A Bahia tem um índice populacional estimado de 13.950.146 habitantes. De acordo com os critérios cor/etnias têm-se os seguintes números: brancos, 20,9%, negros 14,4%, pardos 64,4%, amarelos ou indígenas 0, 3%. O número de negros e mestiços corresponde à maioria dos que habitam esse território. A população negra habita espaços vistos como segregados, como as regiões periféricas das cidades e do campo. Por meio das produções literárias, é possível pontuar que, na Bahia, assim como em outros Estados do Brasil, no período pós-abolição, os negros foram expulsos das regiões centrais da cidade (CARRIL, 2003; p. 33).
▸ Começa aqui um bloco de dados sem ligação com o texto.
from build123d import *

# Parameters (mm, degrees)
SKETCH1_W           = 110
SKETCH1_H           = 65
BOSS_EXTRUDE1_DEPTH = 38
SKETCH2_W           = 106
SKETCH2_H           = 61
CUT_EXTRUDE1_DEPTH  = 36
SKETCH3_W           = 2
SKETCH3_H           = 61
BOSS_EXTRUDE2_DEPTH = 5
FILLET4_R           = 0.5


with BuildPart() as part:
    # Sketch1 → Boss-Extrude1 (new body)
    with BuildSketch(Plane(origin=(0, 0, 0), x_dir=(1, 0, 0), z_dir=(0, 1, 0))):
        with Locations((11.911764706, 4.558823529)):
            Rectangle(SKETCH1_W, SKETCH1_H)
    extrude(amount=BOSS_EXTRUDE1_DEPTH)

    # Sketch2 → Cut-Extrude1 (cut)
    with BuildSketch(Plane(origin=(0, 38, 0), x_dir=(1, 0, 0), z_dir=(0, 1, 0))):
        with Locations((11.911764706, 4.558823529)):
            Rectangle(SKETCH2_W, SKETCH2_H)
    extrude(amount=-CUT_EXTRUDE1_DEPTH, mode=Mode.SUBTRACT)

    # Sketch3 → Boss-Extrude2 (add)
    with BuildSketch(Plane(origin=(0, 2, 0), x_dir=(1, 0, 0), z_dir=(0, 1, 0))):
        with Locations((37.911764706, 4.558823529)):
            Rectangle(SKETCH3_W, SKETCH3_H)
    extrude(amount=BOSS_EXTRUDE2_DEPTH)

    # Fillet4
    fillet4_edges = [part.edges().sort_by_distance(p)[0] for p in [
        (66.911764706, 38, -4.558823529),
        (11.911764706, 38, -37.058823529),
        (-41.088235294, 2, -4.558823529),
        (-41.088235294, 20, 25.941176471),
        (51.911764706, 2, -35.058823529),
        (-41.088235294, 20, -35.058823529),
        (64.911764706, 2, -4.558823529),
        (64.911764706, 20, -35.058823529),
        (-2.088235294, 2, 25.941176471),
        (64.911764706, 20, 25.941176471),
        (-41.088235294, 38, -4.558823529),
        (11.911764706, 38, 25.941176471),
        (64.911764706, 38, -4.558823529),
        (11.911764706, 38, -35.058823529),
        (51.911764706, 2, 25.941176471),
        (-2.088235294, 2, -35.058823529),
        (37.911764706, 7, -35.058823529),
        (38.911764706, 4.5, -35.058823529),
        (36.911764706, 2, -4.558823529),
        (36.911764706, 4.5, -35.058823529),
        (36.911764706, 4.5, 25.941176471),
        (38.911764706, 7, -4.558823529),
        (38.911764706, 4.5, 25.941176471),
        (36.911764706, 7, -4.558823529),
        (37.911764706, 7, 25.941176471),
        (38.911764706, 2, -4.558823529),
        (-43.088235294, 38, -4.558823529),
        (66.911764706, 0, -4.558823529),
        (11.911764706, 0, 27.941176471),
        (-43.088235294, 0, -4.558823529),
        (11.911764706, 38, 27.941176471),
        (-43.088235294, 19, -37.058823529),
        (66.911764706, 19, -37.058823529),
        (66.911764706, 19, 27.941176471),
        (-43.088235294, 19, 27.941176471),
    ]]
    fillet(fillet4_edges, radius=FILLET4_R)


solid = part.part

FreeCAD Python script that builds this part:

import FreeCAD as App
import Part
import Sketcher
from FreeCAD import Vector


def edges_at(feature, points):
    """Names of the edges that pass closest to the given points."""
    edges = feature.Shape.Edges
    near = lambda p: min(range(len(edges)), key=lambda i: edges[i].distToShape(Part.Vertex(*p))[0])
    return sorted({f"Edge{near(p) + 1}" for p in points})


def add_polygon(sketch, points):
    """Adds a closed chain of lines whose ends are joined by coincident constraints."""
    first, n = sketch.GeometryCount, len(points)
    for a, b in zip(points, points[1:] + points[:1]):
        sketch.addGeometry(Part.LineSegment(App.Vector(*a, 0), App.Vector(*b, 0)), False)
    for i in range(n):
        sketch.addConstraint(Sketcher.Constraint("Coincident", first + i, 2, first + (i + 1) % n, 1))

doc = App.newDocument("Part")
body = doc.addObject("PartDesign::Body", "Body")

sketch1 = doc.addObject("Sketcher::SketchObject", "Sketch")
body.addObject(sketch1)
sketch1.AttachmentSupport = (doc.XZ_Plane, [""])
sketch1.MapMode = "FlatFace"
add_polygon(sketch1, [(-43, -37), (-43, 28), (67, 28), (67, -37)])
sketch1.addConstraint([
    Sketcher.Constraint("Vertical", 0),
    Sketcher.Constraint("Horizontal", 1),
    Sketcher.Constraint("Vertical", 2),
    Sketcher.Constraint("Horizontal", 3),
    Sketcher.Constraint("DistanceX", 1, 1, 1, 2, 110.0),
    Sketcher.Constraint("DistanceY", 0, 1, 0, 2, 65.0),
    Sketcher.Constraint("DistanceX", 0, 2, -1, 1, 43.088235),
    Sketcher.Constraint("DistanceY", -1, 1, 0, 2, 27.941176),
])
pad1 = doc.addObject("PartDesign::Pad", "Pad")
body.addObject(pad1)
pad1.Profile = sketch1
pad1.Length = 38
pad1.Reversed = True

sketch2 = doc.addObject("Sketcher::SketchObject", "Sketch001")
body.addObject(sketch2)
sketch2.AttachmentSupport = (doc.XZ_Plane, [""])
sketch2.MapMode = "FlatFace"
sketch2.AttachmentOffset = App.Placement(Vector(0, 0, -38), App.Rotation())
add_polygon(sketch2, [(-41, -35), (-41, 26), (65, 26), (65, -35)])
sketch2.addConstraint([
    Sketcher.Constraint("Vertical", 0),
    Sketcher.Constraint("Horizontal", 1),
    Sketcher.Constraint("Vertical", 2),
    Sketcher.Constraint("Horizontal", 3),
    Sketcher.Constraint("DistanceX", 1, 1, 1, 2, 106.0),
    Sketcher.Constraint("DistanceY", 0, 1, 0, 2, 61.0),
    Sketcher.Constraint("DistanceX", 0, 2, -1, 1, 41.088235),
    Sketcher.Constraint("DistanceY", -1, 1, 0, 2, 25.941176),
])
pocket1 = doc.addObject("PartDesign::Pocket", "Pocket")
body.addObject(pocket1)
pocket1.Profile = sketch2
pocket1.Length = 36
pocket1.Reversed = True

sketch3 = doc.addObject("Sketcher::SketchObject", "Sketch002")
body.addObject(sketch3)
sketch3.AttachmentSupport = (doc.XZ_Plane, [""])
sketch3.MapMode = "FlatFace"
sketch3.AttachmentOffset = App.Placement(Vector(0, 0, -2), App.Rotation())
add_polygon(sketch3, [(36.9, -35.1), (36.9, 25.9), (38.9, 25.9), (38.9, -35.1)])
sketch3.addConstraint([
    Sketcher.Constraint("Vertical", 0),
    Sketcher.Constraint("Horizontal", 1),
    Sketcher.Constraint("Vertical", 2),
    Sketcher.Constraint("Horizontal", 3),
    Sketcher.Constraint("DistanceX", 1, 1, 1, 2, 2.0),
    Sketcher.Constraint("DistanceY", 0, 1, 0, 2, 61.0),
    Sketcher.Constraint("DistanceX", -1, 1, 0, 2, 36.911765),
    Sketcher.Constraint("DistanceY", -1, 1, 0, 2, 25.941176),
])
pad2 = doc.addObject("PartDesign::Pad", "Pad001")
body.addObject(pad2)
pad2.Profile = sketch3
pad2.Length = 5
pad2.Reversed = True
doc.recompute()

fillet = doc.addObject("PartDesign::Fillet", "Fillet")
body.addObject(fillet)
fillet.Base = (pad2, edges_at(pad2, [
    (66.912, 38, -4.559),
    (11.912, 38, -37.059),
    (-41.088, 2, -4.559),
    (-41.088, 20, 25.941),
    (51.912, 2, -35.059),
    (-41.088, 20, -35.059),
    (64.912, 2, -4.559),
    (64.912, 20, -35.059),
    (-2.088, 2, 25.941),
    (64.912, 20, 25.941),
    (-41.088, 38, -4.559),
    (11.912, 38, 25.941),
    (64.912, 38, -4.559),
    (11.912, 38, -35.059),
    (51.912, 2, 25.941),
    (-2.088, 2, -35.059),
    (37.912, 7, -35.059),
    (38.912, 4.5, -35.059),
    (36.912, 2, -4.559),
    (36.912, 4.5, -35.059),
    (36.912, 4.5, 25.941),
    (38.912, 7, -4.559),
    (38.912, 4.5, 25.941),
    (36.912, 7, -4.559),
    (37.912, 7, 25.941),
    (38.912, 2, -4.559),
    (-43.088, 38, -4.559),
    (66.912, 0, -4.559),
    (11.912, 0, 27.941),
    (-43.088, 0, -4.559),
    (11.912, 38, 27.941),
    (-43.088, 19, -37.059),
    (66.912, 19, -37.059),
    (66.912, 19, 27.941),
    (-43.088, 19, 27.941),
]))
fillet.Radius = 0.5

doc.recompute()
Essa questão promoveu uma divisão territorial dos espaços urbanos e rurais que foi definindo uma territorialidade, em que os grupos "de cor" foram se estabelecendo em lugares segregados, como as comunidades quilombolas.

As temáticas de pesquisa que têm os remanescentes de quilombos como eixo de discussão receberam uma atenção especial nos últimos anos. Depois da Constituição de 1988, os quilombolas passaram a ser vistos como sujeitos de direitos, sobretudo no que diz respeito ao direito à titulação e tomada de posse de suas terras. O artigo 68 do Ato das Disposições Constitucionais Transitórias da Constituição Federal de 1988, da seção dos Atos e Disposições Transitórias, fala sobre a concessão dos títulos de propriedade aos remanescentes de quilombos. Tal discussão tem sua origem na crescente organização dos trabalhadores do campo e na ascensão do movimento negro, enquanto movimento político que afirma a identidade étnica inserida no conjunto das lutas dos trabalhadores pela posse da terra. Nessa vigência, nascem novas pesquisas e novas esperanças de conquistas de direitos, para as pessoas que residem nesses espaços.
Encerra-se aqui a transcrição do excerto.